A knowledge born of compassion aims not at exploiting and manipulating creation
but at reconciling the world to itself. The mind motivated by compassion
reaches out to know as the heart reaches out to love. Here, the act of knowing
is an act of love, the act of entering and embracing the reality of the other,
of allowing the other to enter and embrace our own. In such knowing we know and
are known as members of one community, and our knowing becomes a way of
reweaving that community’s bonds."
Anonymity however contains a number of dangers that prohibit
a Christian community (like college campuses or churches) from knowing or
becoming known more fully as Palmer describes. When we separate our selves from
Christian community, as anonymity permits and promotes, we privatize our lives
and what happens is that we loose healthy and Godly accountability, we make
room for misunderstanding, and we hide our true selves that need the gentle
shaping and love that a meaningful community offer. In effect, we make space
for darkness and separation to become dominant factors in life, which are the
antithesis of Christianity, where honesty, integrity, compassion, love, hope,
charity, and peace are to reign in our hearts and minds.

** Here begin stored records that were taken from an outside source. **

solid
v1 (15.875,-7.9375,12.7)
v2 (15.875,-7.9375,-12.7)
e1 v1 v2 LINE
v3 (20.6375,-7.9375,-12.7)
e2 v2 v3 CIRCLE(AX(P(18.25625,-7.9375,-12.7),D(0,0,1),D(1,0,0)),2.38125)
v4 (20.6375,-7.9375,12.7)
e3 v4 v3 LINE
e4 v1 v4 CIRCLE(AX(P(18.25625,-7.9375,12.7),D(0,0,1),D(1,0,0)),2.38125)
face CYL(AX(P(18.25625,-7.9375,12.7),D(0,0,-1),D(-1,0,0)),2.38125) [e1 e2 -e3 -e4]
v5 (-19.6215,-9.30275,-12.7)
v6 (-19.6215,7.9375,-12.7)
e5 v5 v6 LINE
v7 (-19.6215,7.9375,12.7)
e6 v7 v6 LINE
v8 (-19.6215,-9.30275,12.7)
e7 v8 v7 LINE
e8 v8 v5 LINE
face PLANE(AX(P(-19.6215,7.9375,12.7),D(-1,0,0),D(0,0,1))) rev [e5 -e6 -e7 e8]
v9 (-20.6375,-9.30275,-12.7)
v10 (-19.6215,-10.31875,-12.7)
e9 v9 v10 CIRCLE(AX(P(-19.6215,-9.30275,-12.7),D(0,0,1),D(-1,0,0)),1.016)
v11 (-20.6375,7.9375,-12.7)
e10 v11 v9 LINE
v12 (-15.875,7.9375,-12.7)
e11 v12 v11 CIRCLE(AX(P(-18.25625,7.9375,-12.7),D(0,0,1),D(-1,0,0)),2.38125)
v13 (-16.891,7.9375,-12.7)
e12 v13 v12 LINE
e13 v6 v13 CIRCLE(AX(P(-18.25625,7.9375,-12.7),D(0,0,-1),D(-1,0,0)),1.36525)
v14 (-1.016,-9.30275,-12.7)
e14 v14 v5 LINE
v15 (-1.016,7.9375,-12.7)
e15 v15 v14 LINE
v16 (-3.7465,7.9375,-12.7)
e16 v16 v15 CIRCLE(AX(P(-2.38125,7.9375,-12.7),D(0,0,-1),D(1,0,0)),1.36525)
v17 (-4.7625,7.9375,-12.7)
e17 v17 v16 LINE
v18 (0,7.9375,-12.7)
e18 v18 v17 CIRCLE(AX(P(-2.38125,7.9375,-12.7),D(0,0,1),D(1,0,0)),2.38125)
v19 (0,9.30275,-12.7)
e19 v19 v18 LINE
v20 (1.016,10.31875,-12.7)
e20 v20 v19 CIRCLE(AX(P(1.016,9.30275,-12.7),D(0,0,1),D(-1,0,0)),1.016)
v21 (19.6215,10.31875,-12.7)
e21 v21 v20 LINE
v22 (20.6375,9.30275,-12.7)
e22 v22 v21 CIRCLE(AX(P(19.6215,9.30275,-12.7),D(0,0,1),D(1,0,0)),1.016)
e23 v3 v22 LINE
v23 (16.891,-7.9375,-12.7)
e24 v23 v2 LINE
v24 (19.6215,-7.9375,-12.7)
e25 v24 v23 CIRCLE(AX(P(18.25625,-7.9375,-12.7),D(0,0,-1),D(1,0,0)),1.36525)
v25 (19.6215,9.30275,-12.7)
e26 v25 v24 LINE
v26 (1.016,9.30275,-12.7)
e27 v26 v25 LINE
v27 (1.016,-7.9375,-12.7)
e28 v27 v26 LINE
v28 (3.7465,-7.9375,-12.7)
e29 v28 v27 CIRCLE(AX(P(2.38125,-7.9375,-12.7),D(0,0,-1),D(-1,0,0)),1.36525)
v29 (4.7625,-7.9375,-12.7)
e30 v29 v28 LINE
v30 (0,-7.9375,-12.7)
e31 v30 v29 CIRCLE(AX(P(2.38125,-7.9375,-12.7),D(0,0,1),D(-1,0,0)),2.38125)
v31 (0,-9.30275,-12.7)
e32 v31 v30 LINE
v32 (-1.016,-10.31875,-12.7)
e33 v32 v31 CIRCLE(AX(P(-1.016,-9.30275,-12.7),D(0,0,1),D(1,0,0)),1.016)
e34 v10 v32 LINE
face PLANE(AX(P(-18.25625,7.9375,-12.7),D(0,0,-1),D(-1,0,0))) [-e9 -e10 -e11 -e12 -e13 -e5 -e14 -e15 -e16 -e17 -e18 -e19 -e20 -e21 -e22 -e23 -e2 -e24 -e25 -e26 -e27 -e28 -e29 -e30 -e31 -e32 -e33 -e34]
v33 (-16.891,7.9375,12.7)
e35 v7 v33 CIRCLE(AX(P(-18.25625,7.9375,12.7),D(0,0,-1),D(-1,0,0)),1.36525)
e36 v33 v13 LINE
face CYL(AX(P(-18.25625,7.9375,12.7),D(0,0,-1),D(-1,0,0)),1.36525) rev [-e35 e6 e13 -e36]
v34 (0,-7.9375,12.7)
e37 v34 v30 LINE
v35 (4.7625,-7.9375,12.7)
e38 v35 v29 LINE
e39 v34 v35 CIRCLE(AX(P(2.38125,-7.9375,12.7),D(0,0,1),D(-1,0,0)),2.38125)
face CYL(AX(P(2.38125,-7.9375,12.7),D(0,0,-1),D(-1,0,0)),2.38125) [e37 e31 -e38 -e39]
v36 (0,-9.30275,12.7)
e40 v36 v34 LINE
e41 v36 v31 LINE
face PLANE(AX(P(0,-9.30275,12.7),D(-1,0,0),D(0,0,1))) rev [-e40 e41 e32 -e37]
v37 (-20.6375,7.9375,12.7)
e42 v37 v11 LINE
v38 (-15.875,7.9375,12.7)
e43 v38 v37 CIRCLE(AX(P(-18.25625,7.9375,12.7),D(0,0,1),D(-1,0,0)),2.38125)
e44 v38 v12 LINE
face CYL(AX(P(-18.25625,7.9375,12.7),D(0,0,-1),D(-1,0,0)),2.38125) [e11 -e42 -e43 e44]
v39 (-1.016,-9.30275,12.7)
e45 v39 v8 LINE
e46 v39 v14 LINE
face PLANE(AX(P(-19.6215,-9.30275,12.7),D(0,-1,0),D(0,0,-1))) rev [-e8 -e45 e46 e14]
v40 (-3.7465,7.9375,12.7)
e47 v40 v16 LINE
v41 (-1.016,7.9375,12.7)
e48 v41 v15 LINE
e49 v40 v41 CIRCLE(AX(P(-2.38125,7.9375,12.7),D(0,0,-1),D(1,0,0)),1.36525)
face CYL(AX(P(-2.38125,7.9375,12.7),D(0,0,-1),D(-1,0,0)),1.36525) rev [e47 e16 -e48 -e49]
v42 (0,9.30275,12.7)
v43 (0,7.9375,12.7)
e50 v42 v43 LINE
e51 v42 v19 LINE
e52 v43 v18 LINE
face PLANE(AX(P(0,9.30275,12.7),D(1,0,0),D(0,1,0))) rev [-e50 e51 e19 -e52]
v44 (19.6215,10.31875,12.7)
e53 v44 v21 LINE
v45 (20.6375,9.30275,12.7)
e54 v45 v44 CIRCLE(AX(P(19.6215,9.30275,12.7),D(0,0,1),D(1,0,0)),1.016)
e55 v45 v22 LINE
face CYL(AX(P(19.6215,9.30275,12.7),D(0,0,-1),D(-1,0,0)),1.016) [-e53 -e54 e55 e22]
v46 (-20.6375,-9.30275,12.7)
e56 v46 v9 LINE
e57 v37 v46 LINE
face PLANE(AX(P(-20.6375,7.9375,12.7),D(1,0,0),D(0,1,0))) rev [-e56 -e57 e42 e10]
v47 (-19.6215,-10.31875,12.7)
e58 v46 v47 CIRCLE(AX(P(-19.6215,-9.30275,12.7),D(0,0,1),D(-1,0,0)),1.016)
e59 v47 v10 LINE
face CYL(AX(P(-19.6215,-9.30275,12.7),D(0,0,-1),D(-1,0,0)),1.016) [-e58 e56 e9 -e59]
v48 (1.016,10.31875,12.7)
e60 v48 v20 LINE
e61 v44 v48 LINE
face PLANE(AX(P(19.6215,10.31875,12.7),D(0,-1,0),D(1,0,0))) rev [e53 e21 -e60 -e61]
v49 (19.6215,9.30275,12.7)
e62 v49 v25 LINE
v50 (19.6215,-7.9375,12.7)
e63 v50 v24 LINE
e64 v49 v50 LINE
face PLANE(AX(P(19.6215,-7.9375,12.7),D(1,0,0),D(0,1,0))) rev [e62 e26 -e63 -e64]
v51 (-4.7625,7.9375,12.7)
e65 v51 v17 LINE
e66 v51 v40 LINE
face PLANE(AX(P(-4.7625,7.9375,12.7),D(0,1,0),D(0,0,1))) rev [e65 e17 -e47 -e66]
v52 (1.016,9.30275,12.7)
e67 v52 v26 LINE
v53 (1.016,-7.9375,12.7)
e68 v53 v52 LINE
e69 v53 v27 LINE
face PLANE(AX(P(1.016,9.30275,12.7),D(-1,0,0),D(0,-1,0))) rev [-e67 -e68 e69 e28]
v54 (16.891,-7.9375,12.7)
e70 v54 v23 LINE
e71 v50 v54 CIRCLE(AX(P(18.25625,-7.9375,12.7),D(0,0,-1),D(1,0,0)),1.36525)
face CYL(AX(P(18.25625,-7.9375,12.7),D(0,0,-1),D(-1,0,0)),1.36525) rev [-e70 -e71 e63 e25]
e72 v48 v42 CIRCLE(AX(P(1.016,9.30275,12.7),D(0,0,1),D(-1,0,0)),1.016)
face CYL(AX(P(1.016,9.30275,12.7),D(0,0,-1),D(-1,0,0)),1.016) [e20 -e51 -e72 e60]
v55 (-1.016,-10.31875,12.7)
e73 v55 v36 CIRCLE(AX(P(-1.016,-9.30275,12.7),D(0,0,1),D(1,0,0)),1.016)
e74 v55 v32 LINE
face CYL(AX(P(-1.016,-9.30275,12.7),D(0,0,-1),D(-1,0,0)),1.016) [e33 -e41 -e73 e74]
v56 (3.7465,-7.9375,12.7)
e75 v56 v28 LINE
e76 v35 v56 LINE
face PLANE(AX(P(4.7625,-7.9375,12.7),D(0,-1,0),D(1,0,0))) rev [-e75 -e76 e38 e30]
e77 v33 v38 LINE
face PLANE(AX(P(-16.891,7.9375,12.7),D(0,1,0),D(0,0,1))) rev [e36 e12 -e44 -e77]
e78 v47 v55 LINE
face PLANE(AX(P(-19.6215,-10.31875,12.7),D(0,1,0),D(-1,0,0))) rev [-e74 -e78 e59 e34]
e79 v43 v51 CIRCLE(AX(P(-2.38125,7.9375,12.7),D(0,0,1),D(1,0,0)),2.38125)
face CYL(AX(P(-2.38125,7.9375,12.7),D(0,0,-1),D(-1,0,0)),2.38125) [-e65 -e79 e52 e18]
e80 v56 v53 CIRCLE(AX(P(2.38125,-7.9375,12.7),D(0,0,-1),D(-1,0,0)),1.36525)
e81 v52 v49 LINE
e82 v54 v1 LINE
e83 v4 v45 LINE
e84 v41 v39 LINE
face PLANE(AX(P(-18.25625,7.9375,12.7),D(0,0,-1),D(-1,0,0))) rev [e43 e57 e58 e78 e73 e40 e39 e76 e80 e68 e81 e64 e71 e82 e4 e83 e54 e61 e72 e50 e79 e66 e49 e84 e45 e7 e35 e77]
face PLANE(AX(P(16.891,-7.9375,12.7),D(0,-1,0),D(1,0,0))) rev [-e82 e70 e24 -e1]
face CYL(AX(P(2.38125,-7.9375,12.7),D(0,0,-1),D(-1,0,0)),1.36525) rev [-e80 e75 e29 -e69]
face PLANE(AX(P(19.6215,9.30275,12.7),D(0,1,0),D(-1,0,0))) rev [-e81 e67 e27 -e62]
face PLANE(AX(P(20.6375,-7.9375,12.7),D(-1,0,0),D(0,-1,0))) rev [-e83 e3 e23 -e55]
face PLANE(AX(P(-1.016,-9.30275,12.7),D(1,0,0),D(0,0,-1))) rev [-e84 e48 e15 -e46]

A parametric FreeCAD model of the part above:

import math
import FreeCAD as App
import Part
import Sketcher

V = App.Vector
Q = App.Units.Quantity

doc = App.newDocument("Part")
body = doc.addObject("PartDesign::Body", "Body")

# Sketch on XY plane
sketch1 = body.newObject("Sketcher::SketchObject", "Sketch")
sketch1.AttachmentSupport = (doc.getObject("XY_Plane"), [""])
sketch1.MapMode = "FlatFace"
sketch1.addGeometry([
    Part.LineSegment(V(-20.6, 7.9, 0), V(-20.6, -9.3, 0)),  # 0
    Part.ArcOfCircle(Part.Circle(V(-19.6, -9.3, 0), V(0, 0, 1), 1), math.radians(180), math.radians(270)),  # 1
    Part.LineSegment(V(-19.6, -10.3, 0), V(-1, -10.3, 0)),  # 2
    Part.ArcOfCircle(Part.Circle(V(-1, -9.3, 0), V(0, 0, 1), 1), math.radians(-90), math.radians(0)),  # 3
    Part.LineSegment(V(0, -9.3, 0), V(0, 7.9, 0)),  # 4
    Part.ArcOfCircle(Part.Circle(V(-2.4, 7.9, 0), V(0, 0, 1), 2.4), math.radians(0), math.radians(180)),  # 5
    Part.LineSegment(V(-4.8, 7.9, 0), V(-3.7, 7.9, 0)),  # 6
    Part.ArcOfCircle(Part.Circle(V(-2.4, 7.9, 0), V(0, 0, 1), 1.4), math.radians(0), math.radians(180)),  # 7
    Part.LineSegment(V(-1, 7.9, 0), V(-1, -9.3, 0)),  # 8
    Part.LineSegment(V(-1, -9.3, 0), V(-19.6, -9.3, 0)),  # 9
    Part.LineSegment(V(-19.6, -9.3, 0), V(-19.6, 7.9, 0)),  # 10
    Part.ArcOfCircle(Part.Circle(V(-18.3, 7.9, 0), V(0, 0, 1), 1.4), math.radians(0), math.radians(180)),  # 11
    Part.LineSegment(V(-16.9, 7.9, 0), V(-15.9, 7.9, 0)),  # 12
    Part.ArcOfCircle(Part.Circle(V(-18.3, 7.9, 0), V(0, 0, 1), 2.4), math.radians(0), math.radians(180)),  # 13
], False)
sketch1.addConstraint([
    Sketcher.Constraint("Tangent", 0, 2, 1, 1),
    Sketcher.Constraint("Tangent", 1, 2, 2, 1),
    Sketcher.Constraint("Tangent", 2, 2, 3, 1),
    Sketcher.Constraint("Tangent", 3, 2, 4, 1),
    Sketcher.Constraint("Tangent", 4, 2, 5, 1),
    Sketcher.Constraint("Coincident", 5, 2, 6, 1),
    Sketcher.Constraint("Coincident", 6, 2, 7, 2),
    Sketcher.Constraint("Tangent", 7, 1, 8, 1),
    Sketcher.Constraint("Coincident", 8, 2, 9, 1),
    Sketcher.Constraint("Coincident", 9, 2, 10, 1),
    Sketcher.Constraint("Tangent", 10, 2, 11, 2),
    Sketcher.Constraint("Coincident", 11, 1, 12, 1),
    Sketcher.Constraint("Coincident", 12, 2, 13, 1),
    Sketcher.Constraint("Tangent", 13, 2, 0, 1),
    Sketcher.Constraint("Vertical", 0),
    Sketcher.Constraint("Horizontal", 2),
    Sketcher.Constraint("Vertical", 4),
    Sketcher.Constraint("Horizontal", 6),
    Sketcher.Constraint("Vertical", 8),
    Sketcher.Constraint("Horizontal", 9),
    Sketcher.Constraint("Vertical", 10),
    Sketcher.Constraint("Horizontal", 12),
    Sketcher.Constraint("Coincident", 7, 3, 5, 3),
    Sketcher.Constraint("Coincident", 13, 3, 11, 3),
    Sketcher.Constraint("Coincident", 8, 2, 3, 3),
    Sketcher.Constraint("Coincident", 9, 2, 1, 3),
    Sketcher.Constraint("Equal", 7, 11),
    Sketcher.Constraint("PointOnObject", 3, 2, -2),
    Sketcher.Constraint("Horizontal", 7, 3, 11, 3),
    Sketcher.Constraint("Horizontal", 4, 2, 5, 2),
    Sketcher.Constraint("Horizontal", 10, 2, 11, 1),
    Sketcher.Constraint("Radius", 1, Q("0.04 in")),
    Sketcher.Constraint("Radius", 5, Q("0.09375 in")),
    Sketcher.Constraint("DistanceX", 2, 1, 2, 2, Q("0.7325 in")),
    Sketcher.Constraint("DistanceY", -1, 1, 5, 3, Q("0.3125 in")),
    Sketcher.Constraint("DistanceY", 1, 2, -1, 1, Q("0.40625 in")),
])
pad1 = body.newObject("PartDesign::Pad", "Pad")
pad1.Profile = sketch1
pad1.Length = Q("1 in")
pad1.Midplane = True
doc.recompute()

polarpattern = body.newObject("PartDesign::PolarPattern", "PolarPattern")
polarpattern.Originals = [pad1]
polarpattern.Axis = (doc.getObject("Z_Axis"), [""])
polarpattern.Angle = 360
polarpattern.Occurrences = 2
body.Tip = polarpattern

doc.recompute()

The whole of 1 Peter 3 is instructive on these matters
(read, memorize, and live it), and the key verses to highlight are 8-9, “Finally, all of you, be
like-minded, be sympathetic, love one another, be compassionate and humble. Do
not repay evil with evil or insult with insult. On the contrary, repay evil with
blessing, because to this you were called so that you may inherit a blessing.”
It is my prayer that in Christian communities and campuses our response to apps like Yik-Yak would reflect our calling to be a people who
are known to one another as those who are full of love and grace, even as we make
ourselves known in the careful and Godly words we chose to speak about each
other, and our own selves.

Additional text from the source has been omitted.